Professor Haslam told GPonline: ‘I have today started the process of setting up a small group of GP advisors within NICE who can look at some of the problems that have been flagged up both at the RCGP conference and today, and how we can best address them. I don’t want to come up with the solution until we know exactly the problems that need to be solved. Then we can work on how we best to address them.
Pressure on GPs
‘I'm really keen for GPs to get engaged with NICE as much as possible. We absolutely need their input, but I'm also aware it’s difficult with the amount of pressure on GPs at this moment in time.’
The group will explore what improvements NICE could make, including how to make guidelines more accessible, how to allow GPs to contribute more to guidelines and if the group should establish a GP jury service-like system, which Professor Haslam said was among ‘a number of possibilities’ NICE was looking into.
He said both debates had been ‘encouraging’, and acknowledged that concerns around NICE were important to GPs, with Tuesday’s session being ‘one of the best attended at the NICE conference’.

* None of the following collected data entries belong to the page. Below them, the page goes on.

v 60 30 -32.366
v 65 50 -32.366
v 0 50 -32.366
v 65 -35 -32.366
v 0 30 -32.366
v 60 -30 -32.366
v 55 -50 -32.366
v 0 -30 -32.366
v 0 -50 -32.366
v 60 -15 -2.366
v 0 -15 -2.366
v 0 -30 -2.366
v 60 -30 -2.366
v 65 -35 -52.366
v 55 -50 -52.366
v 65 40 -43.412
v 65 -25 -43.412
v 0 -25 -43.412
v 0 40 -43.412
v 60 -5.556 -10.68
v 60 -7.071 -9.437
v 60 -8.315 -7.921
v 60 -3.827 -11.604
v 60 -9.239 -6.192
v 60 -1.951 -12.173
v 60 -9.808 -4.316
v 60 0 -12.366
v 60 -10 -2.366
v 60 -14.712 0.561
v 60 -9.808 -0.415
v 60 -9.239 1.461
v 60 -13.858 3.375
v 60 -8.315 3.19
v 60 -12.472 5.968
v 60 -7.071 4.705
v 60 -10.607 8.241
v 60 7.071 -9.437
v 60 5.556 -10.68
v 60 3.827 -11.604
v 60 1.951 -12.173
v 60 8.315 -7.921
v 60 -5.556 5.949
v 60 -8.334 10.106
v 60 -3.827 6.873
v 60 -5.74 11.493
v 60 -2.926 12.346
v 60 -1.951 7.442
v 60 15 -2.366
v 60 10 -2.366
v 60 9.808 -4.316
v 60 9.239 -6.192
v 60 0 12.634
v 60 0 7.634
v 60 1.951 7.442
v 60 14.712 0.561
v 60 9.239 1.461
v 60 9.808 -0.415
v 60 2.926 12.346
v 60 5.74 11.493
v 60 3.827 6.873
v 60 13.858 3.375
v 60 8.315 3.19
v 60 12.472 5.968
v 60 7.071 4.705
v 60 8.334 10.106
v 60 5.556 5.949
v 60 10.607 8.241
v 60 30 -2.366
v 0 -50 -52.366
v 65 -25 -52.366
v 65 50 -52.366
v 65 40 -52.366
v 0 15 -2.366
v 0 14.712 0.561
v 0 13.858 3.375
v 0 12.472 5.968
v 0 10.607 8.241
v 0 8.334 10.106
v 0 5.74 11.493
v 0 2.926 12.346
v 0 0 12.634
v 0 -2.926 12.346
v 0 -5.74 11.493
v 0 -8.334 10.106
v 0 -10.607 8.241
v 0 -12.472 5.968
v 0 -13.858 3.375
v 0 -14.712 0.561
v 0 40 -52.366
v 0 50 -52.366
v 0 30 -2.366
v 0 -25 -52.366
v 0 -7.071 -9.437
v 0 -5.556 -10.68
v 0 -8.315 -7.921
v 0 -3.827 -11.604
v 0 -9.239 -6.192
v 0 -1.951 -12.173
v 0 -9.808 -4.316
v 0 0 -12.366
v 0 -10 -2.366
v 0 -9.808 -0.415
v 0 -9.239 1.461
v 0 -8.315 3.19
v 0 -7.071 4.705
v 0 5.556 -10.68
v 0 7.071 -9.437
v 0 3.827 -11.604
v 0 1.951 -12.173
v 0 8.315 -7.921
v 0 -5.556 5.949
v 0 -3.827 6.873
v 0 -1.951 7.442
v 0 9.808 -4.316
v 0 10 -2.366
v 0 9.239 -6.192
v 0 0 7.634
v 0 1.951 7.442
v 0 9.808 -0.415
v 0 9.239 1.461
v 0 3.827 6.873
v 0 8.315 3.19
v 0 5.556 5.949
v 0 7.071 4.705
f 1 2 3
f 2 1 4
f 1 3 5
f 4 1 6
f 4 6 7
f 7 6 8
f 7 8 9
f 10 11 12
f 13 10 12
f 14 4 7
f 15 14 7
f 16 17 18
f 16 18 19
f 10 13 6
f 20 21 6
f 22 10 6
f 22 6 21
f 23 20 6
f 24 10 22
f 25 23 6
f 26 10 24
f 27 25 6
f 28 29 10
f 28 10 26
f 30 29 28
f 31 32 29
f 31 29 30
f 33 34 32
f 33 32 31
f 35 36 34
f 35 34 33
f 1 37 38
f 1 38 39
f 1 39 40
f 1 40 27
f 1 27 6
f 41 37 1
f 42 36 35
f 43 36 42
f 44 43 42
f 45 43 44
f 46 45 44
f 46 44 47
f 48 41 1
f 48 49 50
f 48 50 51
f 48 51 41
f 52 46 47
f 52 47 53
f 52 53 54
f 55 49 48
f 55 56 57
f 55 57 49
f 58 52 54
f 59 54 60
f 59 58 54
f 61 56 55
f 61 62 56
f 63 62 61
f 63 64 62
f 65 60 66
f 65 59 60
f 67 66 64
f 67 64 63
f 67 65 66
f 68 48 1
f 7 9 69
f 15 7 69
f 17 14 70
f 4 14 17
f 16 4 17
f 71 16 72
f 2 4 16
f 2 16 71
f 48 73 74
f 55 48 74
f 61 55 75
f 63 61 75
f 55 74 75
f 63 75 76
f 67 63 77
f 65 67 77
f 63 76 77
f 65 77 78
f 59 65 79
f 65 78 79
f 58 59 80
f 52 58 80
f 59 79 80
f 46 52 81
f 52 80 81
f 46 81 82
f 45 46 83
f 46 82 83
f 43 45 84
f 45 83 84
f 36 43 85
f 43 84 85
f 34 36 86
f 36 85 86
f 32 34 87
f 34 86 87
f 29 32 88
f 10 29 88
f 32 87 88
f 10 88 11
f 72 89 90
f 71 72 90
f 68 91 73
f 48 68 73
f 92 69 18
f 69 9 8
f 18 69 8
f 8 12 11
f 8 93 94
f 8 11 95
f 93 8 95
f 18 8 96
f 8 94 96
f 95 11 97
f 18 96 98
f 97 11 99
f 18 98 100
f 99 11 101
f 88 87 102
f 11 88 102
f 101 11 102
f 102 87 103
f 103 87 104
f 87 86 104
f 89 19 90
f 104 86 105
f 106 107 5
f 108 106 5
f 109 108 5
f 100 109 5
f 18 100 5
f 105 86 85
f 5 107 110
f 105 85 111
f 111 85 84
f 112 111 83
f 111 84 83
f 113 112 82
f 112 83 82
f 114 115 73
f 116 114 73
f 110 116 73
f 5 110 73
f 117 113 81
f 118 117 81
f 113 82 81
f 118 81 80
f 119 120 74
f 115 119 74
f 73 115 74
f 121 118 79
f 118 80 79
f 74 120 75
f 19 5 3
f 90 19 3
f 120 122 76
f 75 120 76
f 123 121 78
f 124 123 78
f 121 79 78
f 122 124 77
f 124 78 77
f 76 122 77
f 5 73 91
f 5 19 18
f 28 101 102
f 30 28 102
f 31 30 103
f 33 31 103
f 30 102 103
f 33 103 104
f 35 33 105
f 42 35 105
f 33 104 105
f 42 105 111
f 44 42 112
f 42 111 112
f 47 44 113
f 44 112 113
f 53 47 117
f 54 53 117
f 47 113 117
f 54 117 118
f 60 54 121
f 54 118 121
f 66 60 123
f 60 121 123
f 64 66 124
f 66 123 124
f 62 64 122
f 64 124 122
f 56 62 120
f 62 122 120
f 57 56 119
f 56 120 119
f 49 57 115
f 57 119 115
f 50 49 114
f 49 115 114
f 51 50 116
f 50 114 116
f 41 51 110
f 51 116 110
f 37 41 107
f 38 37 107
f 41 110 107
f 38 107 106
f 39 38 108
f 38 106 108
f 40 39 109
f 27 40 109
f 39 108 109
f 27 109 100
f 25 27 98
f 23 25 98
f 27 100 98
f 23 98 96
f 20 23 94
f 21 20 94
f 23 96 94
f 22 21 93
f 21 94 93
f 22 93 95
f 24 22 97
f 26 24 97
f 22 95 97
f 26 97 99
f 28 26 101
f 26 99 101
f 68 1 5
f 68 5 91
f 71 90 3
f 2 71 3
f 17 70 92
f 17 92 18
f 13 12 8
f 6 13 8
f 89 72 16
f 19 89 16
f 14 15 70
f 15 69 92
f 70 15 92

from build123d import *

# Parameters (mm, degrees)
F1_DEPTH = 65
F0_W     = 65
F0_H     = 8.9540635944
F2_DEPTH = 60
F3_W     = 65
F3_H     = 8.9540635944
F4_DEPTH = 100
F6_DEPTH = 25


with BuildPart() as f1:
    # F0 (on Right) → F1 (new body)
    with BuildSketch(Plane.YZ):
        Polygon((-30, -32.3655755222), (-50, -32.3655755222), (-50, -52.3655755222), (-25, -52.3655755222), (-25, -43.4115119278), (40, -43.4115119278), (40, -52.3655755222), (50, -52.3655755222), (50, -32.3655755222), (30, -32.3655755222), align=None)
    extrude(amount=F1_DEPTH)

    # F0 (on Right) → F2 (join)
    with BuildSketch(Plane.YZ):
        Polygon((-30, -32.3655755222), (-50, -32.3655755222), (-50, -52.3655755222), (-25, -52.3655755222), (-25, -43.4115119278), (40, -43.4115119278), (40, -52.3655755222), (50, -52.3655755222), (50, -32.3655755222), (30, -32.3655755222), align=None)
        with BuildLine():
            Line((-30, -2.3655755222), (-30, -32.3655755222))
            Line((-30, -32.3655755222), (30, -32.3655755222))
            Line((30, -32.3655755222), (30, -2.3655755222))
            Line((30, -2.3655755222), (15, -2.3655755222))
            ThreePointArc((15, -2.3655755222), (0, -17.3655755222), (-15, -2.3655755222))
            Line((-15, -2.3655755222), (-30, -2.3655755222))
        make_face()
        with Locations((7.5, -47.888543725)):
            Rectangle(F0_W, F0_H)
        with BuildLine():
            ThreePointArc((15, -2.3655755222), (0, 12.6344244778), (-15, -2.3655755222))
            Line((-15, -2.3655755222), (-10, -2.3655755222))
            ThreePointArc((-10, -2.3655755222), (0, 7.6344244778), (10, -2.3655755222))
            Line((10, -2.3655755222), (15, -2.3655755222))
        make_face()
        with BuildLine():
            Line((-10, -2.3655755222), (-15, -2.3655755222))
            ThreePointArc((-15, -2.3655755222), (0, -17.3655755222), (15, -2.3655755222))
            Line((15, -2.3655755222), (10, -2.3655755222))
            ThreePointArc((10, -2.3655755222), (0, -12.3655755222), (-10, -2.3655755222))
        make_face()
    extrude(amount=F2_DEPTH)

    # F3 (on face) → F4 (cut)
    with BuildSketch(Plane.YZ.offset(60)):
        with Locations((7.5, -47.888543725)):
            Rectangle(F3_W, F3_H)
    extrude(amount=-F4_DEPTH, mode=Mode.SUBTRACT)

    # F5 (on face) → F6 (cut)
    with BuildSketch(Plane.XY.offset(-32.3655755222)):
        Polygon((65, -35), (55, -50), (65, -50), align=None)
    extrude(amount=-F6_DEPTH, mode=Mode.SUBTRACT)


solid = f1.part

He added: ‘The advisory group will be small, but I hope the average general practitioner will look at it and say that it’s a group that understands where they're coming from.

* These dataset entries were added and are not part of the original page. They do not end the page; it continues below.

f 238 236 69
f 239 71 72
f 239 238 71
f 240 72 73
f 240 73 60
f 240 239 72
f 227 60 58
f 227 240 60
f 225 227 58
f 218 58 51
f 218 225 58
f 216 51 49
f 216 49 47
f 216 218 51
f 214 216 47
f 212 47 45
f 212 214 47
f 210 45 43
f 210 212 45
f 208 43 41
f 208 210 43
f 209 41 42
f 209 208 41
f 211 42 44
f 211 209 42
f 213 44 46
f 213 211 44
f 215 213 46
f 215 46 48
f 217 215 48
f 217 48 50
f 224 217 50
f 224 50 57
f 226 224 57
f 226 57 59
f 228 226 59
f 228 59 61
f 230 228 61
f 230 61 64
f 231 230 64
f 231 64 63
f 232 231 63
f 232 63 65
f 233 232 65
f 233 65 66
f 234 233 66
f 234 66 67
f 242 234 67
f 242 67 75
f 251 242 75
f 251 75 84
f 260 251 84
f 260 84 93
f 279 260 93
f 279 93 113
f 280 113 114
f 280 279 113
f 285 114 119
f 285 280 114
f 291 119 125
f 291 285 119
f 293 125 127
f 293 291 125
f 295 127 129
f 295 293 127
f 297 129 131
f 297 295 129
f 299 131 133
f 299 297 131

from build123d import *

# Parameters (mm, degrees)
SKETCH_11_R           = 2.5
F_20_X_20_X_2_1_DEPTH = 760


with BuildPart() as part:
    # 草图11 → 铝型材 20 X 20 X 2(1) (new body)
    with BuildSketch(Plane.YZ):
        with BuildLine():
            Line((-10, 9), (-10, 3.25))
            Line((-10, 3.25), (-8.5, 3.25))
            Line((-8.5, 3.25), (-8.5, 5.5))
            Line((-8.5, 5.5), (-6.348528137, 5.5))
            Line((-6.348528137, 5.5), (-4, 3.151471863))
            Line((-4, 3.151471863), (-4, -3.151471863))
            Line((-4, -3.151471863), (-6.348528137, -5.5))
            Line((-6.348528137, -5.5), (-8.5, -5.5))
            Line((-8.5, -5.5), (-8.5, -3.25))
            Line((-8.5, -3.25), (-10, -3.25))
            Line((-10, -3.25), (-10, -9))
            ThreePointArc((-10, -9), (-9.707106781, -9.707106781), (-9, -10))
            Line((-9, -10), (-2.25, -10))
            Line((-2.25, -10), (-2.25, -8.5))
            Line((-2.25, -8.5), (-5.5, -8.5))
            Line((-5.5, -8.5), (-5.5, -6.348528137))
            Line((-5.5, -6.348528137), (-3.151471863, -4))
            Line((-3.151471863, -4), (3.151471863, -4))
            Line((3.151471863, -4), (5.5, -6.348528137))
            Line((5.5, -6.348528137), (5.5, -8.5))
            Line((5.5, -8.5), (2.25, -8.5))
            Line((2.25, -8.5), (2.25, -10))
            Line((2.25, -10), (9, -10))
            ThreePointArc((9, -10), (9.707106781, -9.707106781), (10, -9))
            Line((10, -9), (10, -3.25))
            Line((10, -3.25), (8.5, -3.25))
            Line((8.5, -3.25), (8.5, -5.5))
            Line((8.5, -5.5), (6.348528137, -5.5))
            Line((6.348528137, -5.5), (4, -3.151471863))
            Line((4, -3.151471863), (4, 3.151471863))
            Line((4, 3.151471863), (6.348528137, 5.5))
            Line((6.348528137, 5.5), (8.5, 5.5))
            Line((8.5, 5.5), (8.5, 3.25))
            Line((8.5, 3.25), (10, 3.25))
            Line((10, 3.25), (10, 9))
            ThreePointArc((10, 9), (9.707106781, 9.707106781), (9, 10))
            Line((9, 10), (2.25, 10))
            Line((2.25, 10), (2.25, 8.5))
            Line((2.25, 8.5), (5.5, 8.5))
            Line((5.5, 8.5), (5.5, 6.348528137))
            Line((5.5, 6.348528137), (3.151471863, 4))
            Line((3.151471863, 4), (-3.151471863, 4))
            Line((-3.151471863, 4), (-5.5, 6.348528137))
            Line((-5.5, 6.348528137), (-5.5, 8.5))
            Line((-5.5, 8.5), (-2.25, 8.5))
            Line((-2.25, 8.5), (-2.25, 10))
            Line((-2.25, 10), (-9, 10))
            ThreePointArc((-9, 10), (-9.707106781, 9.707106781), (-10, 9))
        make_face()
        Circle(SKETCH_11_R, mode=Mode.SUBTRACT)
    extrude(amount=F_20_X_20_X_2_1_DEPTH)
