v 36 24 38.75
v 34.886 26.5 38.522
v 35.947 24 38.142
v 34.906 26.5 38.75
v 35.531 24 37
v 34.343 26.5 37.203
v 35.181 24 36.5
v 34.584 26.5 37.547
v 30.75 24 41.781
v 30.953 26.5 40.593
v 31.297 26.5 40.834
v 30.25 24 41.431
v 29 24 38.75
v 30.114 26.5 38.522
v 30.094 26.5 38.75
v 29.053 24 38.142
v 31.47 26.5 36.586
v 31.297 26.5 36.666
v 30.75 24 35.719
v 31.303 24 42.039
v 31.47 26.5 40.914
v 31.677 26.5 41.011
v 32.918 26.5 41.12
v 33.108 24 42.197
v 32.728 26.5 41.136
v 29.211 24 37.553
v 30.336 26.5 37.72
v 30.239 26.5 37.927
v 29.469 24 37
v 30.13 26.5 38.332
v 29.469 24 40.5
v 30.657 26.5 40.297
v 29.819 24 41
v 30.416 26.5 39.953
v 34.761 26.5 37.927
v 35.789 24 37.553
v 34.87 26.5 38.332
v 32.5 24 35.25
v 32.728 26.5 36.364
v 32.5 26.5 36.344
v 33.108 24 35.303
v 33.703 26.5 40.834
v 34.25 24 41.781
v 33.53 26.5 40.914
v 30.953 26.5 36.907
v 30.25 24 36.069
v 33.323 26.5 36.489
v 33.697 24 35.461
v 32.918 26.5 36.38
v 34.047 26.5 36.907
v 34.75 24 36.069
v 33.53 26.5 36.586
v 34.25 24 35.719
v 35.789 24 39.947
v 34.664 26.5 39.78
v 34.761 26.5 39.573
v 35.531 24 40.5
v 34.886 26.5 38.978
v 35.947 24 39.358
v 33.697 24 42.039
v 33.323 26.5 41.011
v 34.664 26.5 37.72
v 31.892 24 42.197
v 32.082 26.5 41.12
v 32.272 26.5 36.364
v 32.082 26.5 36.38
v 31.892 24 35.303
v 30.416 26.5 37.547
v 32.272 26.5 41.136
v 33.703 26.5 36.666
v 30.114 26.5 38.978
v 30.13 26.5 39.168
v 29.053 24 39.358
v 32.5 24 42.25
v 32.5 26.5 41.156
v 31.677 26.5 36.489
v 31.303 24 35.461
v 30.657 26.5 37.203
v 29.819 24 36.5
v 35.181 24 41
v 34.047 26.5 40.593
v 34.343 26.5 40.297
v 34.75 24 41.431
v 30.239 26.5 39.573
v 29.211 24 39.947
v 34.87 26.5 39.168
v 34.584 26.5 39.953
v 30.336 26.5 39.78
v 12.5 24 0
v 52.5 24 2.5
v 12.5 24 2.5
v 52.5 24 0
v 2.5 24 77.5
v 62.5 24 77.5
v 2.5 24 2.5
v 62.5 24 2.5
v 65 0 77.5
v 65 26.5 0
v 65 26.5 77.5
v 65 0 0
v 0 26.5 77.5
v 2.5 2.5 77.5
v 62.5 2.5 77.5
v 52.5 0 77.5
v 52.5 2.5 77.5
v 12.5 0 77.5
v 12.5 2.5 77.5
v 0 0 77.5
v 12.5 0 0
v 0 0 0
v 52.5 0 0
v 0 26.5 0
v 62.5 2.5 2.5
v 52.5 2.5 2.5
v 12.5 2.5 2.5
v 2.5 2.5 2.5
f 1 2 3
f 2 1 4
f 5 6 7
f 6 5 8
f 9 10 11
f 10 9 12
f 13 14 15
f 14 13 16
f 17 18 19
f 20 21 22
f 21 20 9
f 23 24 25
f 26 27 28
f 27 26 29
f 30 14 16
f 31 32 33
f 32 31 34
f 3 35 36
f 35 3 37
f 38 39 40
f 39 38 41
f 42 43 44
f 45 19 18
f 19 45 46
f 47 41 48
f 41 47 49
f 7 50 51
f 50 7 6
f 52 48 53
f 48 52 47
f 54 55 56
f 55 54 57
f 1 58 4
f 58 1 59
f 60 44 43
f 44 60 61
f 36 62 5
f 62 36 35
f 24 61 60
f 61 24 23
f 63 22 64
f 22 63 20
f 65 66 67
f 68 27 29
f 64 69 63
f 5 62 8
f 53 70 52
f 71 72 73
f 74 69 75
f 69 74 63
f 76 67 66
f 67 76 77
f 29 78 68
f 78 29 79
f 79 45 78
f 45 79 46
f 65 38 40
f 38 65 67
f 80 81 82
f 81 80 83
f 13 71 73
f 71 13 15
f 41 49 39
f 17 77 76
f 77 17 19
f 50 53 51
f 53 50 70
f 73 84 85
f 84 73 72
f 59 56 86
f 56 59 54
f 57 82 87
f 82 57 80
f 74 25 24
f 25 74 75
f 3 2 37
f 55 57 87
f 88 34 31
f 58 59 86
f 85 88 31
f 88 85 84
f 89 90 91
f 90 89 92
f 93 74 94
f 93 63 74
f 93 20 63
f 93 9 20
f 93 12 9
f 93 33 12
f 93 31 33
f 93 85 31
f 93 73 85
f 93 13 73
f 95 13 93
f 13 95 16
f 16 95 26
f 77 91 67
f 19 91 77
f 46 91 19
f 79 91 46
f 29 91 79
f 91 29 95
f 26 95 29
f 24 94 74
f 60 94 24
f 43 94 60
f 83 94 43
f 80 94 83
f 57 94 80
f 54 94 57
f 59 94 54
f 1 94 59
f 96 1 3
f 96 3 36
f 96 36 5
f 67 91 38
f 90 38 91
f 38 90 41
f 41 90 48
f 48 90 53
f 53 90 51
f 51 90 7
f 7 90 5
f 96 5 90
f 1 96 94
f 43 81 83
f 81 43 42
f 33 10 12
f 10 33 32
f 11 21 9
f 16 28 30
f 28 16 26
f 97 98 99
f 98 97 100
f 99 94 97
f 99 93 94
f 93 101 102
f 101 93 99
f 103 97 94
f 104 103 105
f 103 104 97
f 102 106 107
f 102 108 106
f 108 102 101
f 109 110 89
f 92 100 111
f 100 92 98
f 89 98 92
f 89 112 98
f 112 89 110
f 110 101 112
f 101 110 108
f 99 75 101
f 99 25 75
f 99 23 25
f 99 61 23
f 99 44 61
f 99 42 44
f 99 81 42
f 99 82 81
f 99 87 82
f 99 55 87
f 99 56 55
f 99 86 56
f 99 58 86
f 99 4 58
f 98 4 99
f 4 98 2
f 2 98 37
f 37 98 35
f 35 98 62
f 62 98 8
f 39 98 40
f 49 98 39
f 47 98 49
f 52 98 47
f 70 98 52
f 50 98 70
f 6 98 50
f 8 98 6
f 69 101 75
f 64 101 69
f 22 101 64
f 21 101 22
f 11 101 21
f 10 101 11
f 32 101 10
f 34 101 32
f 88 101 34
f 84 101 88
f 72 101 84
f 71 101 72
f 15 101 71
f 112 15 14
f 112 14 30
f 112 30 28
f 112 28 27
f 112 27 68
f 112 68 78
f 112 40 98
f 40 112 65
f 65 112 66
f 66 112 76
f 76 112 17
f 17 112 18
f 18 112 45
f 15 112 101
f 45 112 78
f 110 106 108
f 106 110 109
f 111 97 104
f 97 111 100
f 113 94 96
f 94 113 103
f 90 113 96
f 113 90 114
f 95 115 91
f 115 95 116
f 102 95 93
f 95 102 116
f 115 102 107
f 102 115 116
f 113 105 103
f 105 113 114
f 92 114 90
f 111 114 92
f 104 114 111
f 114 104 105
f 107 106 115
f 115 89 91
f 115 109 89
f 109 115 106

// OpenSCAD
// file: Schraube.scad
$fn=36;

//Tickness
t=1.4;

/* Copy from here */

//Schraube oben durchmesser
//sod=5;
sod=7;
//Schraube unten durchmesser
//sud=2;
sud=3.5;
//Schraubenkopflänge
skl=4;
//Schraube Total
st=16.5;
//

module Schraube()
{
    color("red")
    translate([0,0,0])
    rotate([0,0,0])
    {
        cylinder(skl, d1=sod,d2=sud);
        cylinder(st, d=sud);
    }
}

//schraube();
// main file
//Universal Remote Control Holder
//UniversalRemoteControlHolder.scad

include <Schraube.scad>

w=60;
d=21.5;
h=75;

t=2.5;

//Front left and right
f=10;

module outercube()
{
    cube([w+t+t,d+t+t,h+t]);
}

//outercube();

module innercube()
{
    cube([w,d,h]);
}

module frontslot()
{
    cube([w-f-f,t+d,h+t]);
}

module schraube()
{
    translate([(w+t+t)/2,t+d,(h+t)/2])
    rotate([270,0,0])
    Schraube();
}

difference()
{
    outercube();
    
    translate([t,t,t])
    innercube();
    
    translate([t+f,0,0])
    frontslot();
    
    schraube();
}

‘We've had some really good discussions both at the RCGP conference and here. I feel that most GPs want NICE to succeed and to be helpful to them in their careers. And I want to ensure that we are as valuable to the average general practitioner as we can be.
‘We know that most GPs use NICE guidelines on a regular basis, and it’s a means of ensuring that they feel really comfortable with the way we work and how we present our work.’